## About this task
The answer must be an exact transcription of all the records below.

··········

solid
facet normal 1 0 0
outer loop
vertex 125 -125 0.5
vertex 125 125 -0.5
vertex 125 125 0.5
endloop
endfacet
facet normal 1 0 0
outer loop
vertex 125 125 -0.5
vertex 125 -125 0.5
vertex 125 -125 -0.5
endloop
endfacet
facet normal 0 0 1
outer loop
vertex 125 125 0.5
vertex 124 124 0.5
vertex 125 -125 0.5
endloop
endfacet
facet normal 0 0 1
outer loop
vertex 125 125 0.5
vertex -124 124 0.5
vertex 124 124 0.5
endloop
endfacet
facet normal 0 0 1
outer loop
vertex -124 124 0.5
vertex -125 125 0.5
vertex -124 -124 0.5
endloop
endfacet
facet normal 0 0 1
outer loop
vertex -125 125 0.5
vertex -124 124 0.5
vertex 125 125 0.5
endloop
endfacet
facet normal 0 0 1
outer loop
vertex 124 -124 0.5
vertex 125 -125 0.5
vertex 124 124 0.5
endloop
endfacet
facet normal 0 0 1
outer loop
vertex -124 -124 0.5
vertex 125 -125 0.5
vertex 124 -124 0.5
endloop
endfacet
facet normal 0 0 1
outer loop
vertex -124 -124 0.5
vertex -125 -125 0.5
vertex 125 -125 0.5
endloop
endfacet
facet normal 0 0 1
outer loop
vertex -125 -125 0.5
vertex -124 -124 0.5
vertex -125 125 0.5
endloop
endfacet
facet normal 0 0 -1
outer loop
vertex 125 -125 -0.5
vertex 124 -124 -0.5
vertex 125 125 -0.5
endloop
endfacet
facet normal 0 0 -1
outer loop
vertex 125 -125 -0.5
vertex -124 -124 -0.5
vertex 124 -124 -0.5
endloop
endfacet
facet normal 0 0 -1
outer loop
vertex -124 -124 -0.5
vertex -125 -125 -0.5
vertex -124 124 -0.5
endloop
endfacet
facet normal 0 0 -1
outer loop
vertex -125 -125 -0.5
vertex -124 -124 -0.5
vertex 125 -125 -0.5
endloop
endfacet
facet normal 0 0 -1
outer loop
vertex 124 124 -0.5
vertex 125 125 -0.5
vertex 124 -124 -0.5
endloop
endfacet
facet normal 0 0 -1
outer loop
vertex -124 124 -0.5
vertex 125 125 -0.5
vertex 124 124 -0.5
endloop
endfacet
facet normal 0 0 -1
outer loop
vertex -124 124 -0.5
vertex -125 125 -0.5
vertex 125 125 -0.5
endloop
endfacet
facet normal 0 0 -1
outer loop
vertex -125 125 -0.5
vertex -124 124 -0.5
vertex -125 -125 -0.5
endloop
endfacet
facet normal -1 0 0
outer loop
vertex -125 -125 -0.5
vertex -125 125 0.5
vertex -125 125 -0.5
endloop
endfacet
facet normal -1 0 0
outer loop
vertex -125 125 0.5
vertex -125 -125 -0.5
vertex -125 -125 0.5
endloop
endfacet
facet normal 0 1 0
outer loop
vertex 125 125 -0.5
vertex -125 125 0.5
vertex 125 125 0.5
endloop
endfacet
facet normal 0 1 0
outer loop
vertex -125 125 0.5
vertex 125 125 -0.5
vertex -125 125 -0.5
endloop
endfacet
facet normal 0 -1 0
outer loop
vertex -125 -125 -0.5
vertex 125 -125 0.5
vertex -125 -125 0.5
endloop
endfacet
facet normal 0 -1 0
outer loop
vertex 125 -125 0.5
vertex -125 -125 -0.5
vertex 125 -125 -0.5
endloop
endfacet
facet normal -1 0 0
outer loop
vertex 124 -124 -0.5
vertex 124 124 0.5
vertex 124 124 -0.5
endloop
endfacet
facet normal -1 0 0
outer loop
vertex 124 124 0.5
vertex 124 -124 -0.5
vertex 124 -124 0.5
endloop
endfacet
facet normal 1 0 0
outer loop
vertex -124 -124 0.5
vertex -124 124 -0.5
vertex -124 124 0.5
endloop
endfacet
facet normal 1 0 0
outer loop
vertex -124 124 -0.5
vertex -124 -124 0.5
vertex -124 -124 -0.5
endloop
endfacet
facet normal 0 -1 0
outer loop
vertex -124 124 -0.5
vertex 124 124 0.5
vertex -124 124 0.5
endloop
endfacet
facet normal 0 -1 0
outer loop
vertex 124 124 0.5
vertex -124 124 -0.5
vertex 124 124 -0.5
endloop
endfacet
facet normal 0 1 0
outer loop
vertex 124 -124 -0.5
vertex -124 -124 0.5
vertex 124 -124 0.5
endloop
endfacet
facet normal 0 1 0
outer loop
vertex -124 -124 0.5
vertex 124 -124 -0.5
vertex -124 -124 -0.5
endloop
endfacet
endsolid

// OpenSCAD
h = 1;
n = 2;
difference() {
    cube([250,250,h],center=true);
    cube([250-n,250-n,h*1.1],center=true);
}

··········

## Expected answer
solid
facet normal 1 0 0
outer loop
vertex 125 -125 0.5
vertex 125 125 -0.5
vertex 125 125 0.5
endloop
endfacet
facet normal 1 0 0
outer loop
vertex 125 125 -0.5
vertex 125 -125 0.5
vertex 125 -125 -0.5
endloop
endfacet
facet normal 0 0 1
outer loop
vertex 125 125 0.5
vertex 124 124 0.5
vertex 125 -125 0.5
endloop
endfacet
facet normal 0 0 1
outer loop
vertex 125 125 0.5
vertex -124 124 0.5
vertex 124 124 0.5
endloop
endfacet
facet normal 0 0 1
outer loop
vertex -124 124 0.5
vertex -125 125 0.5
vertex -124 -124 0.5
endloop
endfacet
facet normal 0 0 1
outer loop
vertex -125 125 0.5
vertex -124 124 0.5
vertex 125 125 0.5
endloop
endfacet
facet normal 0 0 1
outer loop
vertex 124 -124 0.5
vertex 125 -125 0.5
vertex 124 124 0.5
endloop
endfacet
facet normal 0 0 1
outer loop
vertex -124 -124 0.5
vertex 125 -125 0.5
vertex 124 -124 0.5
endloop
endfacet
facet normal 0 0 1
outer loop
vertex -124 -124 0.5
vertex -125 -125 0.5
vertex 125 -125 0.5
endloop
endfacet
facet normal 0 0 1
outer loop
vertex -125 -125 0.5
vertex -124 -124 0.5
vertex -125 125 0.5
endloop
endfacet
facet normal 0 0 -1
outer loop
vertex 125 -125 -0.5
vertex 124 -124 -0.5
vertex 125 125 -0.5
endloop
endfacet
facet normal 0 0 -1
outer loop
vertex 125 -125 -0.5
vertex -124 -124 -0.5
vertex 124 -124 -0.5
endloop
endfacet
facet normal 0 0 -1
outer loop
vertex -124 -124 -0.5
vertex -125 -125 -0.5
vertex -124 124 -0.5
endloop
endfacet
facet normal 0 0 -1
outer loop
vertex -125 -125 -0.5
vertex -124 -124 -0.5
vertex 125 -125 -0.5
endloop
endfacet
facet normal 0 0 -1
outer loop
vertex 124 124 -0.5
vertex 125 125 -0.5
vertex 124 -124 -0.5
endloop
endfacet
facet normal 0 0 -1
outer loop
vertex -124 124 -0.5
vertex 125 125 -0.5
vertex 124 124 -0.5
endloop
endfacet
facet normal 0 0 -1
outer loop
vertex -124 124 -0.5
vertex -125 125 -0.5
vertex 125 125 -0.5
endloop
endfacet
facet normal 0 0 -1
outer loop
vertex -125 125 -0.5
vertex -124 124 -0.5
vertex -125 -125 -0.5
endloop
endfacet
facet normal -1 0 0
outer loop
vertex -125 -125 -0.5
vertex -125 125 0.5
vertex -125 125 -0.5
endloop
endfacet
facet normal -1 0 0
outer loop
vertex -125 125 0.5
vertex -125 -125 -0.5
vertex -125 -125 0.5
endloop
endfacet
facet normal 0 1 0
outer loop
vertex 125 125 -0.5
vertex -125 125 0.5
vertex 125 125 0.5
endloop
endfacet
facet normal 0 1 0
outer loop
vertex -125 125 0.5
vertex 125 125 -0.5
vertex -125 125 -0.5
endloop
endfacet
facet normal 0 -1 0
outer loop
vertex -125 -125 -0.5
vertex 125 -125 0.5
vertex -125 -125 0.5
endloop
endfacet
facet normal 0 -1 0
outer loop
vertex 125 -125 0.5
vertex -125 -125 -0.5
vertex 125 -125 -0.5
endloop
endfacet
facet normal -1 0 0
outer loop
vertex 124 -124 -0.5
vertex 124 124 0.5
vertex 124 124 -0.5
endloop
endfacet
facet normal -1 0 0
outer loop
vertex 124 124 0.5
vertex 124 -124 -0.5
vertex 124 -124 0.5
endloop
endfacet
facet normal 1 0 0
outer loop
vertex -124 -124 0.5
vertex -124 124 -0.5
vertex -124 124 0.5
endloop
endfacet
facet normal 1 0 0
outer loop
vertex -124 124 -0.5
vertex -124 -124 0.5
vertex -124 -124 -0.5
endloop
endfacet
facet normal 0 -1 0
outer loop
vertex -124 124 -0.5
vertex 124 124 0.5
vertex -124 124 0.5
endloop
endfacet
facet normal 0 -1 0
outer loop
vertex 124 124 0.5
vertex -124 124 -0.5
vertex 124 124 -0.5
endloop
endfacet
facet normal 0 1 0
outer loop
vertex 124 -124 -0.5
vertex -124 -124 0.5
vertex 124 -124 0.5
endloop
endfacet
facet normal 0 1 0
outer loop
vertex -124 -124 0.5
vertex 124 -124 -0.5
vertex -124 -124 -0.5
endloop
endfacet
endsolid

// OpenSCAD
h = 1;
n = 2;
difference() {
    cube([250,250,h],center=true);
    cube([250-n,250-n,h*1.1],center=true);
}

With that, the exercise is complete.